A normal linear model is actually not the best model to use for this type of data, but we will use it here to illustrate the first step in building up to more appropriate, complicated models.
You may find some of the mistakes in the code using Stan syntax checker. If you copy the Stan code to a file ending .stan
and open it in RStudio (you can also choose from RStudio menu File\(\rightarrow\)New File\(\rightarrow\)Stan file to create a new Stan file), the editor will show you some syntax errors. More syntax errors might be detected by clicking `Check’ in the bar just above the Stan file in the RStudio editor. Note that some of the errors in the presented Stan code may not be syntax errors.
The author runs the corrected Stan file using the following R code and plots the returned MCMC sample.
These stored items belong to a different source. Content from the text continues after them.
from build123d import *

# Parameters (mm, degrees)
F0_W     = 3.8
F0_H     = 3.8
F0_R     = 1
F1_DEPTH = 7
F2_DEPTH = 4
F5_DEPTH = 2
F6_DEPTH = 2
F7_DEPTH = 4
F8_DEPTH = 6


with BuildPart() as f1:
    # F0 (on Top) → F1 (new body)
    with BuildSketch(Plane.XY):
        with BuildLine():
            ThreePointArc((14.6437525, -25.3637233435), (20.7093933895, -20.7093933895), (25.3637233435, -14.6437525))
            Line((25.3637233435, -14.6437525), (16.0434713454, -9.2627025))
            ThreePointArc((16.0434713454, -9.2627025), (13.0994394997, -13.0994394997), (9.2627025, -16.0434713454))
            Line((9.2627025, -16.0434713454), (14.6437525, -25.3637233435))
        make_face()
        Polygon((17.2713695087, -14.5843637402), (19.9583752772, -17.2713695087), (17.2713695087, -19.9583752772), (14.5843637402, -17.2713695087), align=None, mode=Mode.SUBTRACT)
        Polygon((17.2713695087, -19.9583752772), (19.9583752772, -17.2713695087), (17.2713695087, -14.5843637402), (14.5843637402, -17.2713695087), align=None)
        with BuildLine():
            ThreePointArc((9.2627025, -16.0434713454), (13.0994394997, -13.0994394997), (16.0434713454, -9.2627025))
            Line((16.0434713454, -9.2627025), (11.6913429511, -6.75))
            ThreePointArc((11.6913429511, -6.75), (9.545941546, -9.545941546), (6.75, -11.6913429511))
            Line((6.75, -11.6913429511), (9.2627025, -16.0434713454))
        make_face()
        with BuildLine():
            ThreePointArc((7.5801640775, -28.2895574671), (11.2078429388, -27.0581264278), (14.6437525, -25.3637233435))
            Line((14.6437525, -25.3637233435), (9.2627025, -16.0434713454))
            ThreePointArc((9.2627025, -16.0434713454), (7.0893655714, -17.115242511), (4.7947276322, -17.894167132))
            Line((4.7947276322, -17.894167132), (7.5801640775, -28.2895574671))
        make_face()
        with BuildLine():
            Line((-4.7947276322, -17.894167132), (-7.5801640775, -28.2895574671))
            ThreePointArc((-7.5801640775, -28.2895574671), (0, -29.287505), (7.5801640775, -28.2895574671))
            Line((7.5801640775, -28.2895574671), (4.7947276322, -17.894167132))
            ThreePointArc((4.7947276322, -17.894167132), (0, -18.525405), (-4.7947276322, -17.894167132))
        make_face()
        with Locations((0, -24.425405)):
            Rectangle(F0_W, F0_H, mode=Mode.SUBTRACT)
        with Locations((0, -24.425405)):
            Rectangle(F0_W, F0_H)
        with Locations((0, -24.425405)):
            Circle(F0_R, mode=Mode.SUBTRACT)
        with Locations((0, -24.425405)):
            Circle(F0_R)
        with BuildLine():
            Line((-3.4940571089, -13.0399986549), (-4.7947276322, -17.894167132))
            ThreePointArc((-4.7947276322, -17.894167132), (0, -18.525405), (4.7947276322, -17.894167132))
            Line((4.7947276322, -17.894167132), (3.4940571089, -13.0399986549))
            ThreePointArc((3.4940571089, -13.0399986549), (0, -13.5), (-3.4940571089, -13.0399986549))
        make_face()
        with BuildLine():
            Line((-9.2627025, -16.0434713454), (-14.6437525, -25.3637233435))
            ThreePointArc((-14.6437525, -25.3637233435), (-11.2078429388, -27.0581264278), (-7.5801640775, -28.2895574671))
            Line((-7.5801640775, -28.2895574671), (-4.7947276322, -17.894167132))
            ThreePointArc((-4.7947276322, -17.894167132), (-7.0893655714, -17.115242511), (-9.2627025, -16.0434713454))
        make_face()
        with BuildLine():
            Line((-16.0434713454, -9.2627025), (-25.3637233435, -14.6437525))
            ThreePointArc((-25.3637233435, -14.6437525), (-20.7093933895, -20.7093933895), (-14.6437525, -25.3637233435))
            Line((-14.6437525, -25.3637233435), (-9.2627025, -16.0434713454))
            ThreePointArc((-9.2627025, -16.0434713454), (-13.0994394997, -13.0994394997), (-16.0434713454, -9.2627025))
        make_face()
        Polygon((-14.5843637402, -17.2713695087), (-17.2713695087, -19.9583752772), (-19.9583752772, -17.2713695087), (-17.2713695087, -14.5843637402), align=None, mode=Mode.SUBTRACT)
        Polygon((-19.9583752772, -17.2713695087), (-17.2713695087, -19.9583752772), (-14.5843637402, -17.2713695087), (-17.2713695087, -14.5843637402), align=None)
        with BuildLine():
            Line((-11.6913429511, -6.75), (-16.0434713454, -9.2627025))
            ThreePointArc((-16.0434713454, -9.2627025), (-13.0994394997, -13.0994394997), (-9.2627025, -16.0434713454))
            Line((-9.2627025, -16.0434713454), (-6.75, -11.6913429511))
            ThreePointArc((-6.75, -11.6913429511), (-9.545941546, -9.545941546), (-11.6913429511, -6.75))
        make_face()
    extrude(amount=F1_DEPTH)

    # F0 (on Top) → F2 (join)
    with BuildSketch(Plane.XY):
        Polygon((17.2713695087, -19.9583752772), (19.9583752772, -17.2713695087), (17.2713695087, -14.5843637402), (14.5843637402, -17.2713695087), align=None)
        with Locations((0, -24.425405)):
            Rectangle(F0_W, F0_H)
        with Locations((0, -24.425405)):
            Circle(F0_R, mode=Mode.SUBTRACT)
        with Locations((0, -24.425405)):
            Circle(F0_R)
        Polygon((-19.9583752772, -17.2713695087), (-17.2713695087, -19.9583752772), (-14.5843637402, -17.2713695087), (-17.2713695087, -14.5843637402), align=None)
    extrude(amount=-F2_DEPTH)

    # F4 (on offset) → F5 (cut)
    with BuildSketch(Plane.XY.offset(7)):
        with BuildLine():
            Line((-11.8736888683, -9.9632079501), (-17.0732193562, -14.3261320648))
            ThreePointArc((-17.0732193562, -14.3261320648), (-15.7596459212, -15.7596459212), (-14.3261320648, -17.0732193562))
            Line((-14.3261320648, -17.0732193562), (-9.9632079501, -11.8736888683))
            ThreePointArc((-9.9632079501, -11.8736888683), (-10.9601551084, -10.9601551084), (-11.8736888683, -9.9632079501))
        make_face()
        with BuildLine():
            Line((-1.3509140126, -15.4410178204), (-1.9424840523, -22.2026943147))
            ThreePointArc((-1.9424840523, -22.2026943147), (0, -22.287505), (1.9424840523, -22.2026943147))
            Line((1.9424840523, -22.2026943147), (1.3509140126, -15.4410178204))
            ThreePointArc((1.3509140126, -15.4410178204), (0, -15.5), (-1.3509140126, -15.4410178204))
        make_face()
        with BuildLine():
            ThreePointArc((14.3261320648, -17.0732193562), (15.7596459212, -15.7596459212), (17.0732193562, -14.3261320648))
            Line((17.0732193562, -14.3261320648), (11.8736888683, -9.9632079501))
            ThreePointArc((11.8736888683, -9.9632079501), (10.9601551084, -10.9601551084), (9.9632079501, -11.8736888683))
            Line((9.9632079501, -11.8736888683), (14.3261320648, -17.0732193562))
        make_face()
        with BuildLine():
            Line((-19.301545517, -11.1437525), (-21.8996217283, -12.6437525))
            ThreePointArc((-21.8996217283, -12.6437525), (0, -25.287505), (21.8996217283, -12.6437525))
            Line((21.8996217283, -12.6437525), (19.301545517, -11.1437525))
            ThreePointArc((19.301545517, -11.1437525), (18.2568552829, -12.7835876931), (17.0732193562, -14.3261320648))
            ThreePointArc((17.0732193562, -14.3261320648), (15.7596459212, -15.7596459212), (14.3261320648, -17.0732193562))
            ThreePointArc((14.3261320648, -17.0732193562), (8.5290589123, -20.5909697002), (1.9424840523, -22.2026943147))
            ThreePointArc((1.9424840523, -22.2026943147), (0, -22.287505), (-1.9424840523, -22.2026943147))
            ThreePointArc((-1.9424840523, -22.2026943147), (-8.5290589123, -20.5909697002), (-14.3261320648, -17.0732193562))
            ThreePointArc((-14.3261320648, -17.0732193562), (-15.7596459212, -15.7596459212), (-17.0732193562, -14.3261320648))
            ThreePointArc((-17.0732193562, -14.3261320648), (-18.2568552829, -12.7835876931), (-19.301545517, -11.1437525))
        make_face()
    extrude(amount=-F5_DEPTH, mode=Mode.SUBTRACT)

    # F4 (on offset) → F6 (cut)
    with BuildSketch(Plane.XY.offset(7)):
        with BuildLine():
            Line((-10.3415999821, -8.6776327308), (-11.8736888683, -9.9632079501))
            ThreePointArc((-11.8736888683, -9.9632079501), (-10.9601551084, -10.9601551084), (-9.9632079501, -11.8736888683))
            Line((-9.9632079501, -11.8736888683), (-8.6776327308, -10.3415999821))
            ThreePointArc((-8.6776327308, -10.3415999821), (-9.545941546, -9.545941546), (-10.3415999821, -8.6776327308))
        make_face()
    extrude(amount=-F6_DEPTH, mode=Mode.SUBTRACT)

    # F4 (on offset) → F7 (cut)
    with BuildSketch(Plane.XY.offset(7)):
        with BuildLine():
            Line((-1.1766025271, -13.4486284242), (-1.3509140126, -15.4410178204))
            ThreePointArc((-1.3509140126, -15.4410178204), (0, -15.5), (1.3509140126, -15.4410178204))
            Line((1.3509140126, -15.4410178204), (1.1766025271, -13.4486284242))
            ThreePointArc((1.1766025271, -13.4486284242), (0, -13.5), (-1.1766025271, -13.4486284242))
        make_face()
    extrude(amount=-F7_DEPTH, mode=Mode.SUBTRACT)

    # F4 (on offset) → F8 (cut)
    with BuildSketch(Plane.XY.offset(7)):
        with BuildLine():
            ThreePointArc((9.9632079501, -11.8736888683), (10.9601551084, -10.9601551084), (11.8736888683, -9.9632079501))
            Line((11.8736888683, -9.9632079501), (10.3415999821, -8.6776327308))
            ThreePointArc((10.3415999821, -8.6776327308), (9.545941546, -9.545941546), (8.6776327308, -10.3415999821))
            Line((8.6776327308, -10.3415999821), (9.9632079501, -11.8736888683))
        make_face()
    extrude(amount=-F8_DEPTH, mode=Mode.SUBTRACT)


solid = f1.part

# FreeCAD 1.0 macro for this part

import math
import FreeCAD as App
import Part
import Sketcher
from FreeCAD import Vector
Q = App.Units.Quantity


def add_polygon(sketch, points):
    """Adds a closed chain of lines whose ends are joined by coincident constraints."""
    first, n = sketch.GeometryCount, len(points)
    for a, b in zip(points, points[1:] + points[:1]):
        sketch.addGeometry(Part.LineSegment(App.Vector(*a, 0), App.Vector(*b, 0)), False)
    for i in range(n):
        sketch.addConstraint(Sketcher.Constraint("Coincident", first + i, 2, first + (i + 1) % n, 1))

doc = App.newDocument("Part")
params = doc.addObject("Spreadsheet::Sheet", "Params")
for row, (alias, value) in enumerate([
    ("sketch1_radius", "13.5 mm"),
    ("pad1_length", "7 mm"),
    ("sketch2_width", "3.8 mm"),
    ("sketch2_length", "3.8 mm"),
    ("pad2_length", "4 mm"),
    ("sketch3_radius", "15.5 mm"),
    ("sketch3_length", "3 mm"),
    ("pocket1_length", "2 mm"),
    ("sketch4_radius", "15.5 mm"),
    ("sketch4_radius2", "13.5 mm"),
    ("pocket2_length", "2 mm"),
    ("sketch5_radius", "15.5 mm"),
    ("sketch5_radius2", "13.5 mm"),
    ("pocket3_length", "4 mm"),
    ("sketch6_radius", "15.5 mm"),
    ("sketch6_radius2", "13.5 mm"),
    ("pocket4_length", "6 mm"),
], start=1):
    params.set(f"A{row}", alias)
    params.set(f"B{row}", "=" + value)
    params.setAlias(f"B{row}", alias)

body = doc.addObject("PartDesign::Body", "Body")

sketch1 = body.newObject("Sketcher::SketchObject", "Sketch")
sketch1.AttachmentSupport = (doc.getObject("XY_Plane"), [""])
sketch1.MapMode = "FlatFace"
sketch1.addGeometry([
    Part.ArcOfCircle(Part.Circle(Vector(0, 0, 0), Vector(0, 0, 1), 29.287505), math.radians(-60), math.radians(-30)),
    Part.LineSegment(Vector(25.363723, -14.643752, 0), Vector(16.043471, -9.262702, 0)),
    Part.LineSegment(Vector(16.043471, -9.262702, 0), Vector(11.691343, -6.75, 0)),
    Part.ArcOfCircle(Part.Circle(Vector(0, 0, 0), Vector(0, 0, 1), 13.5), math.radians(-60), math.radians(-30)),
    Part.LineSegment(Vector(6.75, -11.691343, 0), Vector(9.262702, -16.043471, 0)),
    Part.ArcOfCircle(Part.Circle(Vector(0, 0, 0), Vector(0, 0, 1), 18.525405), math.radians(-75), math.radians(-60)),
    Part.LineSegment(Vector(4.794728, -17.894167, 0), Vector(3.494057, -13.039999, 0)),
    Part.ArcOfCircle(Part.Circle(Vector(0, 0, 0), Vector(0, 0, 1), 13.5), math.radians(-105), math.radians(-75)),
    Part.LineSegment(Vector(-3.494057, -13.039999, 0), Vector(-4.794728, -17.894167, 0)),
    Part.ArcOfCircle(Part.Circle(Vector(0, 0, 0), Vector(0, 0, 1), 18.525405), math.radians(-120), math.radians(-105)),
    Part.LineSegment(Vector(-9.262702, -16.043471, 0), Vector(-6.75, -11.691343, 0)),
    Part.ArcOfCircle(Part.Circle(Vector(0, 0, 0), Vector(0, 0, 1), 13.5), math.radians(-150), math.radians(-120)),
    Part.LineSegment(Vector(-11.691343, -6.75, 0), Vector(-16.043471, -9.262702, 0)),
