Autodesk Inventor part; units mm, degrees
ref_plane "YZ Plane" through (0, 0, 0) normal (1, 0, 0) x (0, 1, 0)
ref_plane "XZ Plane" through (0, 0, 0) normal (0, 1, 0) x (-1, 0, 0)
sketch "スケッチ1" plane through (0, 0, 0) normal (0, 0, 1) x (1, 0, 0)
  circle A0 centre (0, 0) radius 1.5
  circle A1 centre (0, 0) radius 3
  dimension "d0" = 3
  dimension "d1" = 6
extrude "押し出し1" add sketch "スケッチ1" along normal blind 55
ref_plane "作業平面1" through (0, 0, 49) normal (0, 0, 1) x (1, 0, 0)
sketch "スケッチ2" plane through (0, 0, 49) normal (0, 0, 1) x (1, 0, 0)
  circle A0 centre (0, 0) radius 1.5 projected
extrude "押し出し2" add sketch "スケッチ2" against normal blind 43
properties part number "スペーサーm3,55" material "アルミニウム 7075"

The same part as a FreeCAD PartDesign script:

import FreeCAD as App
import Part
import Sketcher
Q = App.Units.Quantity

doc = App.newDocument("Part")
body = doc.addObject("PartDesign::Body", "Body")

# Sketch on XY plane
sketch1 = doc.addObject("Sketcher::SketchObject", "Sketch")
body.addObject(sketch1)
sketch1.AttachmentSupport = (doc.XY_Plane, [""])
sketch1.MapMode = "FlatFace"
sketch1.addGeometry(Part.Circle(App.Vector(0, 0, 0), App.Vector(0, 0, 1), 3), False)
sketch1.addGeometry(Part.Circle(App.Vector(0, 0, 0), App.Vector(0, 0, 1), 1.5), False)
sketch1.addConstraint(Sketcher.Constraint("Coincident", 0, 3, -1, 1))
sketch1.addConstraint(Sketcher.Constraint("Coincident", 1, 3, -1, 1))
sketch1.addConstraint(Sketcher.Constraint("Diameter", 0, Q("6 mm")))
sketch1.addConstraint(Sketcher.Constraint("Diameter", 1, Q("3 mm")))
pad1 = doc.addObject("PartDesign::Pad", "Pad")
body.addObject(pad1)
pad1.Profile = sketch1
pad1.Length = 55

# Sketch on XY plane
sketch2 = doc.addObject("Sketcher::SketchObject", "Sketch001")
body.addObject(sketch2)
sketch2.AttachmentSupport = (doc.XY_Plane, [""])
sketch2.MapMode = "FlatFace"
sketch2.AttachmentOffset = App.Placement(App.Vector(0, 0, 49), App.Rotation())
sketch2.addGeometry(Part.Circle(App.Vector(0, 0, 0), App.Vector(0, 0, 1), 1.5), False)
sketch2.addConstraint(Sketcher.Constraint("Coincident", 0, 3, -1, 1))
sketch2.addConstraint(Sketcher.Constraint("Diameter", 0, Q("3 mm")))
pad2 = doc.addObject("PartDesign::Pad", "Pad001")
body.addObject(pad2)
pad2.Profile = sketch2
pad2.Length = 43
pad2.Reversed = True

doc.recompute()
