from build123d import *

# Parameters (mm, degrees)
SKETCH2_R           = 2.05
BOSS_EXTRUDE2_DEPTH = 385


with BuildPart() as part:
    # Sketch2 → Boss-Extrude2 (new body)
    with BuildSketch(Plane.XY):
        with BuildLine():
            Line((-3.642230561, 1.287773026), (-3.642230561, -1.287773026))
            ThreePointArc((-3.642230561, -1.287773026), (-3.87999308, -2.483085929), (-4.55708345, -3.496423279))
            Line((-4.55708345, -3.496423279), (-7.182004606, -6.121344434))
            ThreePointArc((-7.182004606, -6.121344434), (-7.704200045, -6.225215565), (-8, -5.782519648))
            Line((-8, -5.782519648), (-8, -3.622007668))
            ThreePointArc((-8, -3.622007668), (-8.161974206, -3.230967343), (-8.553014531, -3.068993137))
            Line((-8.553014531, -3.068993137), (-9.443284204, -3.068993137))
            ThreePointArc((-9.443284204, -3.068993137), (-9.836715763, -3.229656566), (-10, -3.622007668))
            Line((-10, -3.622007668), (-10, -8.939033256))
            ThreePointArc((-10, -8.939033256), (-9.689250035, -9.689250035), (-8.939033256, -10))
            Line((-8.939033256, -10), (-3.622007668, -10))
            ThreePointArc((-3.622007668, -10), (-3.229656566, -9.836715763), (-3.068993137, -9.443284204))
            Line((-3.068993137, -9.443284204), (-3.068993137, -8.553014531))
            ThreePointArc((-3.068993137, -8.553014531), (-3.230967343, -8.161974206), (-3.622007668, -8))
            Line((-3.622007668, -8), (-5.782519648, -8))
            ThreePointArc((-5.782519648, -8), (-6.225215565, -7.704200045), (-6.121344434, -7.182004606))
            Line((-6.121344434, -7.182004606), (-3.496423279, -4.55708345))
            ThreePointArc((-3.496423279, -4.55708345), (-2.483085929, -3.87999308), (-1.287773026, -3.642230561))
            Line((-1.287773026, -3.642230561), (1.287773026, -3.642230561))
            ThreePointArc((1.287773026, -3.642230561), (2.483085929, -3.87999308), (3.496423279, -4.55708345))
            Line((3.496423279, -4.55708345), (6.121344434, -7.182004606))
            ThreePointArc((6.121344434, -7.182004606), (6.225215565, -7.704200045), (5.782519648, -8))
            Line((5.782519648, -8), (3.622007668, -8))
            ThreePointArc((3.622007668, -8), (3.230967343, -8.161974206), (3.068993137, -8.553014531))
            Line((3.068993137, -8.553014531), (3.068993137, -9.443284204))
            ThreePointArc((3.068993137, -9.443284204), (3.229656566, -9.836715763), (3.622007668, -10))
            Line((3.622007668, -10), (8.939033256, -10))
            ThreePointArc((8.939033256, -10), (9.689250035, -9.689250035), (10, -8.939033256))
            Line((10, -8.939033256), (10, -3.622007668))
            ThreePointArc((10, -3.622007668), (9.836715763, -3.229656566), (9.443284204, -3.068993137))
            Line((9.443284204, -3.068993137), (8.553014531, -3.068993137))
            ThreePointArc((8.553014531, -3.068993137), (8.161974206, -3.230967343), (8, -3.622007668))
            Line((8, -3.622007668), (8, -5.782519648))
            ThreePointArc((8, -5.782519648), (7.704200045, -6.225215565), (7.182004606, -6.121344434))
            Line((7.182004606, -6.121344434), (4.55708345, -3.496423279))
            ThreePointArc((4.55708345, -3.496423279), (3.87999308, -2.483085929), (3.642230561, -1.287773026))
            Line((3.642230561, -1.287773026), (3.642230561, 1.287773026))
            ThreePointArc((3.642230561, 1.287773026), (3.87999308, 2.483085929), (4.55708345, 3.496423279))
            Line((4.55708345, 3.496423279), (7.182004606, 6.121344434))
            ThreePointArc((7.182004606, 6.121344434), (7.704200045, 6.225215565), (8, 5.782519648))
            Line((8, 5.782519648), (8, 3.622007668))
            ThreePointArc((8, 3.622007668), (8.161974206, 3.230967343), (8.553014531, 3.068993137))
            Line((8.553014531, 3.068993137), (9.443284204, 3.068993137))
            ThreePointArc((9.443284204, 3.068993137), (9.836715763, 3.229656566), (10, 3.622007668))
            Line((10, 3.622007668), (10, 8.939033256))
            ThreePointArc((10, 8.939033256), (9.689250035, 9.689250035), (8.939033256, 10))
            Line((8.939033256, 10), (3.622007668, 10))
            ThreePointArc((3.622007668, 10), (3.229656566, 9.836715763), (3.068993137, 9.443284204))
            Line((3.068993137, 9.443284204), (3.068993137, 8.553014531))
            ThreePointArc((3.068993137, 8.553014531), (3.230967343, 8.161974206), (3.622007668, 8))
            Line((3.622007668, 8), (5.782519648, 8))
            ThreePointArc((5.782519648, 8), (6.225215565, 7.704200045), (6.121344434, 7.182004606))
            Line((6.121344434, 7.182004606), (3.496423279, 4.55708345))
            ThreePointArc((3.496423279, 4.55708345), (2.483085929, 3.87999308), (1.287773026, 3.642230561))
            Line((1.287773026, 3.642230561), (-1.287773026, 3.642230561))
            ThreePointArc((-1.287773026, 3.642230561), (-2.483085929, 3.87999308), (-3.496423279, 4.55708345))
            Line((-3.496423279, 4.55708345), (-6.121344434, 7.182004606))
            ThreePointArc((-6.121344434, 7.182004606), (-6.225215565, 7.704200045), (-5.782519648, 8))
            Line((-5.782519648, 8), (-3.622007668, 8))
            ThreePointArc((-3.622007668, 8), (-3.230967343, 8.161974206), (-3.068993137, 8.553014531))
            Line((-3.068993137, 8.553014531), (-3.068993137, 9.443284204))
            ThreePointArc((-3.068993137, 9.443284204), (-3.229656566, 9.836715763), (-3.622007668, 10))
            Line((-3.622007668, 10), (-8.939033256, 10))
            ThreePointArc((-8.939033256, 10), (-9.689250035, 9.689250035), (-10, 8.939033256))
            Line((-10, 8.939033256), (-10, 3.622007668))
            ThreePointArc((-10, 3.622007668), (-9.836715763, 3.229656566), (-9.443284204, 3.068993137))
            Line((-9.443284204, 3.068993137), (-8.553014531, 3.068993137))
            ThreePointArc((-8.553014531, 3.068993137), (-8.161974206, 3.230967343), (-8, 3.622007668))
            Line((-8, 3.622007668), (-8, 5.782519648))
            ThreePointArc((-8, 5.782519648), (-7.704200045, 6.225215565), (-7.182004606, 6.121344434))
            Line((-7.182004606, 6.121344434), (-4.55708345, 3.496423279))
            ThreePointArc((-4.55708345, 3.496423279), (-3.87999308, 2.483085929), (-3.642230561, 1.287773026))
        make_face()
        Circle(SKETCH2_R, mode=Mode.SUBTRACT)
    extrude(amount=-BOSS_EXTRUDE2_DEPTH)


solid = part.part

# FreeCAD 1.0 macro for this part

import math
import FreeCAD as App
import Part
import Sketcher
from FreeCAD import Vector
Q = App.Units.Quantity

doc = App.newDocument("Part")
body = doc.addObject("PartDesign::Body", "Body")

# Sketch on XY plane
sketch1 = body.newObject("Sketcher::SketchObject", "Sketch")
sketch1.AttachmentSupport = (doc.getObject("XY_Plane"), [""])
sketch1.MapMode = "FlatFace"
sketch1.addGeometry(Part.LineSegment(Vector(-3.642231, 1.287773, 0), Vector(-3.642231, -1.287773, 0)), False)
sketch1.addGeometry(Part.ArcOfCircle(Part.Circle(Vector(-6.765734, -1.287773, 0), Vector(0, 0, 1), 3.123503), math.radians(-45), math.radians(0)), False)
sketch1.addGeometry(Part.LineSegment(Vector(-4.557083, -3.496423, 0), Vector(-7.182005, -6.121344, 0)), False)
sketch1.addGeometry(Part.ArcOfCircle(Part.Circle(Vector(-7.520829, -5.78252, 0), Vector(0, 0, 1), 0.479171), math.radians(180), math.radians(315)), False)
sketch1.addGeometry(Part.LineSegment(Vector(-8, -5.78252, 0), Vector(-8, -3.622008, 0)), False)
sketch1.addGeometry(Part.ArcOfCircle(Part.Circle(Vector(-8.553015, -3.622008, 0), Vector(0, 0, 1), 0.553015), math.radians(0), math.radians(90)), False)
sketch1.addGeometry(Part.LineSegment(Vector(-8.553015, -3.068993, 0), Vector(-9.443284, -3.068993, 0)), False)
sketch1.addGeometry(Part.ArcOfCircle(Part.Circle(Vector(-9.446973, -3.622008, 0), Vector(0, 0, 1), 0.553027), math.radians(89.617806), math.radians(180)), False)
sketch1.addGeometry(Part.LineSegment(Vector(-10, -3.622008, 0), Vector(-10, -8.939033, 0)), False)
sketch1.addGeometry(Part.ArcOfCircle(Part.Circle(Vector(-8.939033, -8.939033, 0), Vector(0, 0, 1), 1.060967), math.radians(-180), math.radians(-90)), False)
sketch1.addGeometry(Part.LineSegment(Vector(-8.939033, -10, 0), Vector(-3.622008, -10, 0)), False)
sketch1.addGeometry(Part.ArcOfCircle(Part.Circle(Vector(-3.622008, -9.446973, 0), Vector(0, 0, 1), 0.553027), math.radians(-90), math.radians(0.382194)), False)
Read through the code below to understand what is being plotted.
Data assembly happens here:
# These are our observations y: the proportion of students handing in each assignment (1-8),
# sorted by year (row-wise) and assignment (column-wise).
# While the code suggest a matrix structure,
# the result will actually be a vector of length N = no_years * no_assignments
propstudents<-c(c(176, 174, 158, 135, 138, 129, 126, 123)/176,
c(242, 212, 184, 177, 174, 172, 163, 156)/242,
c(332, 310, 278, 258, 243, 242, 226, 224)/332,
c(301, 269, 231, 232, 217, 208, 193, 191)/301,
c(245, 240, 228, 217, 206, 199, 191, 182)/245)
# These are our predictors x: for each observation, the corresponding assignment number.
assignment <- rep(1:8, 5)
# These are in some sense our test data: the proportion of students handing in the last assignment (9),
# sorted by year.
# Usually, we would not want to split our data like that and instead
# use e.g. Leave-One-Out Cross-Validation (LOO-CV, see e.g. http://mc-stan.org/loo/index.html)
# to evaluate model performance.
propstudents9 = c(121/176, 153/242, 218/332, 190/301, 175/245)
# The total number of assignments
no_assignments = 9
# The assignment numbers for which we want to generate predictions
x_predictions = 1:no_assignments
# (Cmd)Stan(R) expects the data to be passed in the below format:
model_data = list(N=length(assignment),
x=assignment,
y=propstudents,
no_predictions=no_assignments,
x_predictions=x_predictions)
Sampling from the posterior distribution happens here:
# This reads the file at the specified path and tries to compile it.
# If it fails, an error is thrown.
retention_model = cmdstan_model("./additional_files/assignment6_linear_model.stan")
Error in initialize(...): Assertion on 'stan_file' failed: File does not exist: './additional_files/assignment6_linear_model.stan'.
# This "out <- capture.output(...)" construction suppresses output from cmdstanr
# See also https://github.com/stan-dev/cmdstanr/issues/646
out <- capture.output(
# Sampling from the posterior distribution happens here:
fit <- retention_model$sample(data=model_data, refresh=0, show_messages=FALSE)
)
Error in withVisible(...elt(i)): object 'retention_model' not found
Draws postprocessing happens here:
# This extracts the draws from the sampling result as a data.frame.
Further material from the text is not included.